4:11 Yesus adalah batu yang dibuang oleh tukang-tukang bangunan -- yaitu
kamu sendiri --, namun ia telah menjadi batu penjuru.
4:12 Dan keselamatan tidak ada di dalam siapa pun juga selain di dalam Dia,
sebab di bawah kolong langit ini tidak ada nama lain yang diberikan kepada
manusia yang olehnya kita dapat diselamatkan.

Aku tidak ingin kehilangan suamiku dan putriku, jika aku berontak suamiku
tidak hanya marah tapi akan menceraikannku dan mengambil anakku
satu-satunya.

Kemarin malam bang Ramadan telepon dan mengatakan kalau dia pulang
lebih awal dari yang direncanakan, ternyata dalam waktu sepuluh hari
dia bisa menyelesaikan tugas yang diberikan perusahaan padanya.

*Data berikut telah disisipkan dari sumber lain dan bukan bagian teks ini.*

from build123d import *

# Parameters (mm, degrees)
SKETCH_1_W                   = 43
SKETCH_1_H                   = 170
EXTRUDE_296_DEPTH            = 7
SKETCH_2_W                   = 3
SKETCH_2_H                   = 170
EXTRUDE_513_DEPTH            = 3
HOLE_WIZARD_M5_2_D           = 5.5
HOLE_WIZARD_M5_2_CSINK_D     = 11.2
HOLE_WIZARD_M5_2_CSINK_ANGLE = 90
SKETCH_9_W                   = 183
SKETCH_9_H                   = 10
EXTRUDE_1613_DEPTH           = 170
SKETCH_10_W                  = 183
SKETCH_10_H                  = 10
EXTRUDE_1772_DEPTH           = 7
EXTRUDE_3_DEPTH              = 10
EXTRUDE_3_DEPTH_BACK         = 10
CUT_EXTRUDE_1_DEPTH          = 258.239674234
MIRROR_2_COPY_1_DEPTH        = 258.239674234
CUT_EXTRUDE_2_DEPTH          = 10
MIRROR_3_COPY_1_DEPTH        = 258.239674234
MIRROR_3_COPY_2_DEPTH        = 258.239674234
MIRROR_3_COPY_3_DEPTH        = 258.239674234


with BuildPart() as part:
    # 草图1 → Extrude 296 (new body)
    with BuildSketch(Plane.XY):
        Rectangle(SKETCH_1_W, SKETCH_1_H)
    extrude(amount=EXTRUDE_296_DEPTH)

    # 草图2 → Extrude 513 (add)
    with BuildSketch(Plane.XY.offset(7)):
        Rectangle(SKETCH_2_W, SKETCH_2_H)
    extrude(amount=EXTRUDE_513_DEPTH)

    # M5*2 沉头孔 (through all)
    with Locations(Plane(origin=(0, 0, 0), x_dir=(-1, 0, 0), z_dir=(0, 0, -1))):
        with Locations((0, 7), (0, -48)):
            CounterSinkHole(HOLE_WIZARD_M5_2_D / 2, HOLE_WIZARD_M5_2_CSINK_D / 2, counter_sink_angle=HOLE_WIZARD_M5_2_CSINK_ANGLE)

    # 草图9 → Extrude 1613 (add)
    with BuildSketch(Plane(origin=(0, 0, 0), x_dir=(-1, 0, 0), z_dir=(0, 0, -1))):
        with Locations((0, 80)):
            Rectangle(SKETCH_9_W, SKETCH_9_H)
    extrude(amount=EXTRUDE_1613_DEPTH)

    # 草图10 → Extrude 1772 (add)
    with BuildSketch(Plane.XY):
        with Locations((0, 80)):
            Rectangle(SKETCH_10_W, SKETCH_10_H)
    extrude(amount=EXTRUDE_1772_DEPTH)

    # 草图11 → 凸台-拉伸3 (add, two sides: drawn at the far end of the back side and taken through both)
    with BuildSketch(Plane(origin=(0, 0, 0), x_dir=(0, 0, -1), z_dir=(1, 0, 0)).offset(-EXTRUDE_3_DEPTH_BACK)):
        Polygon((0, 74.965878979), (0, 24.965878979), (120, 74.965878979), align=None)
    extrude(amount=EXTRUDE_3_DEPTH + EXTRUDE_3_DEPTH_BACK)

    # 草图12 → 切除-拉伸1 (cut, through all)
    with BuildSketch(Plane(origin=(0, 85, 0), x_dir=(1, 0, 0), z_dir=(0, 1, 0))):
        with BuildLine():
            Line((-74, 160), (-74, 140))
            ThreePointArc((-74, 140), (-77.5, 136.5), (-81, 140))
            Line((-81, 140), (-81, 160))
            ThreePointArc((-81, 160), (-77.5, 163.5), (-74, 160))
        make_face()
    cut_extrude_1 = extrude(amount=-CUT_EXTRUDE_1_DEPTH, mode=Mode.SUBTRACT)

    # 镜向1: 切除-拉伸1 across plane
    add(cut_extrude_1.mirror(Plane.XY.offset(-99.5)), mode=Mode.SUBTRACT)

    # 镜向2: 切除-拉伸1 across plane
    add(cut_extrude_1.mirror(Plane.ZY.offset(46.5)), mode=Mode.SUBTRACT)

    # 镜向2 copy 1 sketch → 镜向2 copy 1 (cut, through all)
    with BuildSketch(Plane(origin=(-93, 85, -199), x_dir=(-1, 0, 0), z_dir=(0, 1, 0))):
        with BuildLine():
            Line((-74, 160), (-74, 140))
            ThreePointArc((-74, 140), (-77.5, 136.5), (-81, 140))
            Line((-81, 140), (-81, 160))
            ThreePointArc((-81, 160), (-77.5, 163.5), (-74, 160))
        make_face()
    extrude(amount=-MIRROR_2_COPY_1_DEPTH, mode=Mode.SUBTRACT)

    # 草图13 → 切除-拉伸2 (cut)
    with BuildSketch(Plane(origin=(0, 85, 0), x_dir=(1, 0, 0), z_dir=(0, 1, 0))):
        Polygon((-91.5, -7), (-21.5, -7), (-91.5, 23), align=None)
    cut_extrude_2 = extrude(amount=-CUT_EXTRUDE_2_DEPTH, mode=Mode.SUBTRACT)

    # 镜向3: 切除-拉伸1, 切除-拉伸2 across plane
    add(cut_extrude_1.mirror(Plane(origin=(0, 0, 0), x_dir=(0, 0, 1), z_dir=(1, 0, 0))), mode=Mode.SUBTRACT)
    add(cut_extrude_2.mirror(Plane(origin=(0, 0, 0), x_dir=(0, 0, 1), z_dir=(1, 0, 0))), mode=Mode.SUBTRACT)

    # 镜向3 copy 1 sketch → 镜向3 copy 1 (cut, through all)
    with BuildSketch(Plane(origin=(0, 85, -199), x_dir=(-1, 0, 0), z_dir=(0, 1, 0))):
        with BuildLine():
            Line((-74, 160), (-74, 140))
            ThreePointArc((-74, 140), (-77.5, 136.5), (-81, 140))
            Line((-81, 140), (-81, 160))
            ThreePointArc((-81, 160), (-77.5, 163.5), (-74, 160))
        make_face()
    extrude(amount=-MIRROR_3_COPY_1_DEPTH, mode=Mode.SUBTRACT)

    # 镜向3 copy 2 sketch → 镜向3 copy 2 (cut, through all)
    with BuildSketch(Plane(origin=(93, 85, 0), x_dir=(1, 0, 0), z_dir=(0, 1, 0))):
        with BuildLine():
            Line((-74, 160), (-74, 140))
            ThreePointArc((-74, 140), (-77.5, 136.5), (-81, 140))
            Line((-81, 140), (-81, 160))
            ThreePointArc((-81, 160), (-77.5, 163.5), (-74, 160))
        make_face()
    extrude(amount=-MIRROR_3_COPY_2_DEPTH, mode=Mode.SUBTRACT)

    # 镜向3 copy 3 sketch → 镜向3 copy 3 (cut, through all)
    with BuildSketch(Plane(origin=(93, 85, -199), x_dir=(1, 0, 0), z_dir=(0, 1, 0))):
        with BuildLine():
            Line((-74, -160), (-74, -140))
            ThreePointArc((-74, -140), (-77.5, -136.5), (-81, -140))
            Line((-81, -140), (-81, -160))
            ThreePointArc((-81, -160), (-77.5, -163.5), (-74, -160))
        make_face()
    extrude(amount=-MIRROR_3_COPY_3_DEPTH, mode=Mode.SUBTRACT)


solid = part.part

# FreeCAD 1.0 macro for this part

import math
import FreeCAD as App
import Part
import Sketcher


def add_polygon(sketch, points):
    """Adds a closed chain of lines whose ends are joined by coincident constraints."""
    first, n = sketch.GeometryCount, len(points)
    for a, b in zip(points, points[1:] + points[:1]):
        sketch.addGeometry(Part.LineSegment(App.Vector(*a, 0), App.Vector(*b, 0)), False)
    for i in range(n):
        sketch.addConstraint(Sketcher.Constraint("Coincident", first + i, 2, first + (i + 1) % n, 1))

doc = App.newDocument("Part")
body = doc.addObject("PartDesign::Body", "Body")

sketch1 = body.newObject("Sketcher::SketchObject", "Sketch")
sketch1.AttachmentSupport = (doc.getObject("XY_Plane"), [""])
sketch1.MapMode = "FlatFace"
add_polygon(sketch1, [(-21.5, 85), (-21.5, -85), (21.5, -85), (21.5, 85)])
sketch1.addConstraint([
    Sketcher.Constraint("Vertical", 0),
    Sketcher.Constraint("Horizontal", 1),
    Sketcher.Constraint("Vertical", 2),
    Sketcher.Constraint("Horizontal", 3),
    Sketcher.Constraint("Symmetric", 0, 2, 2, 2, -1, 1),
    Sketcher.Constraint("DistanceX", 1, 1, 1, 2, 43.0),
    Sketcher.Constraint("DistanceY", 0, 2, 0, 1, 170.0),
])
pad1 = body.newObject("PartDesign::Pad", "Pad")
pad1.Profile = sketch1
pad1.Length = 7

sketch2 = body.newObject("Sketcher::SketchObject", "Sketch001")
sketch2.AttachmentSupport = (doc.getObject("XY_Plane"), [""])
sketch2.MapMode = "FlatFace"
sketch2.AttachmentOffset = App.Placement(App.Vector(0, 0, 7), App.Rotation())
add_polygon(sketch2, [(-1.5, 85), (-1.5, -85), (1.5, -85), (1.5, 85)])
sketch2.addConstraint([
    Sketcher.Constraint("Vertical", 0),
    Sketcher.Constraint("Horizontal", 1),
    Sketcher.Constraint("Vertical", 2),
    Sketcher.Constraint("Horizontal", 3),
    Sketcher.Constraint("Symmetric", 0, 2, 2, 2, -1, 1),
    Sketcher.Constraint("DistanceX", 1, 1, 1, 2, 3.0),
    Sketcher.Constraint("DistanceY", 0, 2, 0, 1, 170.0),
])
pad2 = body.newObject("PartDesign::Pad", "Pad001")
pad2.Profile = sketch2
pad2.Length = 3

sketch3 = body.newObject("Sketcher::SketchObject", "Sketch002")
sketch3.AttachmentSupport = (doc.getObject("XY_Plane"), [""])
sketch3.MapMode = "FlatFace"
sketch3.addGeometry([
    Part.Circle(App.Vector(0, 7, 0), App.Vector(0, 0, 1), 2.75),
    Part.Circle(App.Vector(0, -48, 0), App.Vector(0, 0, 1), 2.75),
], False)
sketch3.addConstraint([
    Sketcher.Constraint("Equal", 0, 1),
    Sketcher.Constraint("PointOnObject", 0, 3, -2),
    Sketcher.Constraint("PointOnObject", 1, 3, -2),
    Sketcher.Constraint("Diameter", 0, 5.5),
    Sketcher.Constraint("DistanceY", -1, 1, 0, 3, 7.0),
    Sketcher.Constraint("DistanceY", 1, 3, -1, 1, 48.0),
])
doc.recompute()
hole = body.newObject("PartDesign::Hole", "Hole")
hole.Profile = sketch3
hole.ThreadType = "None"
hole.Diameter = 5.5
hole.DepthType = "ThroughAll"
hole.HoleCutType = "Countersink"
hole.HoleCutDiameter = 11.2
hole.HoleCutCountersinkAngle = 90
hole.Reversed = True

Satu sisi aku ingin kembali kepada Kristus, tapi satu sisi lagi aku
takut kehilangan orang-orang yang aku cintai, dan seandainya aku di usir
dari rumah, kemana aku harus berlindung karena sampai saat ini papa
masih belum memaafkanku.

Akhirnya suamikupun kembali keIndonesia, untuk menghindari pertengkaran
semua lagu-lagu rohani dan Alkitab yang baru aku beli, terpaksa aku
simpan di gudang, aku tidak mau untuk kedua kalinya suamiku membakar
Firman Tuhan.

Satu minggu pertama setelah suamiku kembali ke tahan air, aku masih
mencoba bertahan untuk tidak mengungkapkan keinginanku untuk menagih
janjinya yang tertunda, aku bebas menjalankan keyakinanku. Yang membuat
aku bingung untuk melangkah, aku melihat dia berubah, menjadi lebih
perhatian dan penyabar sekembalinya dari Australia.

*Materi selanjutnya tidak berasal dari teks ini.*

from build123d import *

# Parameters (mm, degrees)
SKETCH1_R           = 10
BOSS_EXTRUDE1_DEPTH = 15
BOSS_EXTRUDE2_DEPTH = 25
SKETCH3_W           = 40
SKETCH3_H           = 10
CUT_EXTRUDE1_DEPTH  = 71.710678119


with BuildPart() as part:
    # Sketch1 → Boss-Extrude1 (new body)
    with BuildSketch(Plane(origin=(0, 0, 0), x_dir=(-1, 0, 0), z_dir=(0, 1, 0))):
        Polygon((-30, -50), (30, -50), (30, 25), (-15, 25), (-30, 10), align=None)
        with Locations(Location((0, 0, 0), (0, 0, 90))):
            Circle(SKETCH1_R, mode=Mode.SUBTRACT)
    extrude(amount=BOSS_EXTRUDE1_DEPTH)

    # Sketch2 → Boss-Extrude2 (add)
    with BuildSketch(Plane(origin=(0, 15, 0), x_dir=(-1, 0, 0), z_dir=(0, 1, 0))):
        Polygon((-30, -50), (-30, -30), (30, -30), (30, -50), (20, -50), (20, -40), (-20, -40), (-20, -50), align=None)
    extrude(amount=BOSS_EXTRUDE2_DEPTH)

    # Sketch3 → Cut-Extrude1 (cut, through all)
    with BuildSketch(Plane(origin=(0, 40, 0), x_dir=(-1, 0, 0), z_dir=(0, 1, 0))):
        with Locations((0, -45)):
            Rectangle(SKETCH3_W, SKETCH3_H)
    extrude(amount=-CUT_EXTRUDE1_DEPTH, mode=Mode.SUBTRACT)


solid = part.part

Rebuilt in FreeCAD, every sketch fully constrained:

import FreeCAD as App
import Part
import Sketcher
Q = App.Units.Quantity


def add_polygon(sketch, points):
    """Adds a closed chain of lines whose ends are joined by coincident constraints."""
    first, n = sketch.GeometryCount, len(points)
    for a, b in zip(points, points[1:] + points[:1]):
        sketch.addGeometry(Part.LineSegment(App.Vector(*a, 0), App.Vector(*b, 0)), False)
    for i in range(n):
        sketch.addConstraint(Sketcher.Constraint("Coincident", first + i, 2, first + (i + 1) % n, 1))

doc = App.newDocument("Part")
params = doc.addObject("Spreadsheet::Sheet", "Params")
for row, (alias, value) in enumerate([
    ("sketch1_diameter", "20 mm"),
    ("sketch1_width", "60 mm"),
    ("sketch1_width2", "45 mm"),
    ("sketch1_height", "75 mm"),
    ("pad1_length", "15 mm"),
    ("sketch2_width", "10 mm"),
    ("sketch2_width2", "40 mm"),
    ("sketch2_height", "20 mm"),
    ("pad2_length", "25 mm"),
    ("sketch3_width", "40 mm"),
    ("sketch3_height", "10 mm"),
], start=1):
    params.set(f"A{row}", alias)
    params.set(f"B{row}", "=" + value)
    params.setAlias(f"B{row}", alias)

body = doc.addObject("PartDesign::Body", "Body")

# Sketch on XZ plane
sketch1 = body.newObject("Sketcher::SketchObject", "Sketch")
sketch1.AttachmentSupport = (doc.getObject("XZ_Plane"), [""])
sketch1.MapMode = "FlatFace"
add_polygon(sketch1, [(30, -50), (-30, -50), (-30, 25), (15, 25), (30, 10)])  # lines 0-4
sketch1.addGeometry(Part.Circle(App.Vector(0, 0, 0), App.Vector(0, 0, 1), 10), False)  # 5
sketch1.addConstraint(Sketcher.Constraint("Horizontal", 0))
sketch1.addConstraint(Sketcher.Constraint("Vertical", 1))
sketch1.addConstraint(Sketcher.Constraint("Horizontal", 2))
sketch1.addConstraint(Sketcher.Constraint("Vertical", 4))
sketch1.addConstraint(Sketcher.Constraint("Coincident", 5, 3, -1, 1))
sketch1.addConstraint(Sketcher.Constraint("Equal", 0, 4))
sketch1.addConstraint(Sketcher.Constraint("Diameter", 5, Q("20 mm")))
sketch1.addConstraint(Sketcher.Constraint("DistanceX", 0, 2, 0, 1, Q("60 mm")))
sketch1.addConstraint(Sketcher.Constraint("DistanceX", 2, 1, 2, 2, Q("45 mm")))
sketch1.addConstraint(Sketcher.Constraint("DistanceY", 1, 1, 1, 2, Q("75 mm")))
sketch1.addConstraint(Sketcher.Constraint("DistanceX", 0, 2, -1, 1, Q("30 mm")))
sketch1.addConstraint(Sketcher.Constraint("DistanceY", 0, 2, -1, 1, Q("50 mm")))
sketch1.setExpression("Constraints[11]", "Params.sketch1_diameter")
sketch1.setExpression("Constraints[12]", "Params.sketch1_width")
sketch1.setExpression("Constraints[13]", "Params.sketch1_width2")
sketch1.setExpression("Constraints[14]", "Params.sketch1_height")
pad1 = body.newObject("PartDesign::Pad", "Pad")
pad1.Profile = sketch1
pad1.setExpression("Length", "Params.pad1_length")
pad1.Reversed = True

# Sketch on XZ plane
sketch2 = body.newObject("Sketcher::SketchObject", "Sketch001")
sketch2.AttachmentSupport = (doc.getObject("XZ_Plane"), [""])
sketch2.MapMode = "FlatFace"
sketch2.AttachmentOffset = App.Placement(App.Vector(0, 0, -15), App.Rotation())
add_polygon(sketch2, [(30, -30), (30, -50), (20, -50), (20, -40), (-20, -40), (-20, -50), (-30, -50), (-30, -30)])  # lines 0-7
sketch2.addConstraint(Sketcher.Constraint("Vertical", 0))
sketch2.addConstraint(Sketcher.Constraint("Horizontal", 1))
sketch2.addConstraint(Sketcher.Constraint("Vertical", 2))
sketch2.addConstraint(Sketcher.Constraint("Horizontal", 3))
sketch2.addConstraint(Sketcher.Constraint("Vertical", 4))
sketch2.addConstraint(Sketcher.Constraint("Horizontal", 5))
sketch2.addConstraint(Sketcher.Constraint("Vertical", 6))
sketch2.addConstraint(Sketcher.Constraint("Horizontal", 7))
sketch2.addConstraint(Sketcher.Constraint("Symmetric", 1, 2, 4, 2, -2))
sketch2.addConstraint(Sketcher.Constraint("Equal", 1, 5))
sketch2.addConstraint(Sketcher.Constraint("Equal", 5, 2))
sketch2.addConstraint(Sketcher.Constraint("DistanceX", 1, 2, 1, 1, Q("10 mm")))
sketch2.addConstraint(Sketcher.Constraint("DistanceX", 3, 2, 3, 1, Q("40 mm")))
sketch2.addConstraint(Sketcher.Constraint("DistanceY", 0, 2, 0, 1, Q("20 mm")))
sketch2.addConstraint(Sketcher.Constraint("DistanceY", 0, 2, -1, 1, Q("50 mm")))
sketch2.setExpression("Constraints[19]", "Params.sketch2_width")
sketch2.setExpression("Constraints[20]", "Params.sketch2_width2")
sketch2.setExpression("Constraints[21]", "Params.sketch2_height")
pad2 = body.newObject("PartDesign::Pad", "Pad001")
pad2.Profile = sketch2
pad2.setExpression("Length", "Params.pad2_length")
pad2.Reversed = True

# Sketch on XZ plane
sketch3 = body.newObject("Sketcher::SketchObject", "Sketch002")
sketch3.AttachmentSupport = (doc.getObject("XZ_Plane"), [""])
sketch3.MapMode = "FlatFace"
sketch3.AttachmentOffset = App.Placement(App.Vector(0, 0, -40), App.Rotation())
add_polygon(sketch3, [(20, -40), (20, -50), (-20, -50), (-20, -40)])  # lines 0-3
sketch3.addConstraint(Sketcher.Constraint("Vertical", 0))
sketch3.addConstraint(Sketcher.Constraint("Horizontal", 1))
sketch3.addConstraint(Sketcher.Constraint("Vertical", 2))
sketch3.addConstraint(Sketcher.Constraint("Horizontal", 3))
sketch3.addConstraint(Sketcher.Constraint("DistanceX", 1, 2, 1, 1, Q("40 mm")))
sketch3.addConstraint(Sketcher.Constraint("DistanceY", 0, 2, 0, 1, Q("10 mm")))
sketch3.addConstraint(Sketcher.Constraint("DistanceX", -1, 1, 0, 2, Q("20 mm")))
sketch3.addConstraint(Sketcher.Constraint("DistanceY", 0, 2, -1, 1, Q("50 mm")))
sketch3.setExpression("Constraints[8]", "Params.sketch3_width")
sketch3.setExpression("Constraints[9]", "Params.sketch3_height")
pocket1 = body.newObject("PartDesign::Pocket", "Pocket")
pocket1.Profile = sketch3
pocket1.Type = "ThroughAll"
pocket1.Reversed = True

doc.recompute()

Tapi semakin aku mencoba melawan hasratku untuk mengutarakan
keinginanku, maka semakin besar tingkat stressku ; aku gelisah ! gimana
ngak stress . . . . hampir tiap malam aku mimpi bertemu dengan seseorang
yang mengingatkanku untuk berbalik kepada Kristus.

Satu bulan aku bergumul, aku berdoa dan berpuasa meminta kekuatan dari
Tuhan, dan aku berpegang pada Firman Tuhan yang mengatakan, "Percayalah
kepada Tuhan Yesus Kristus dan engkau akan selamat, engkau dan seisi
rumahmu.". Aku yakin dan percaya suatu saat Tuhan akan menjamah suamiku
dan melunakkan hatinya.

Menjelang malam, sepulang dari kantor suamiku bilang dia mau bicara hal
penting dan usahakan Siti bisa cepat tidur supaya tidak mengganggu.
Aku jadi ketakutan sendiri, pikirku apakah suamiku tau saat dia pergi
aku mendengarkan lagu rohani dan membaca Alkitab ? atau jangan-jangan di
menemukan Alkitab atau CD rohani yang aku simpan digudang ?.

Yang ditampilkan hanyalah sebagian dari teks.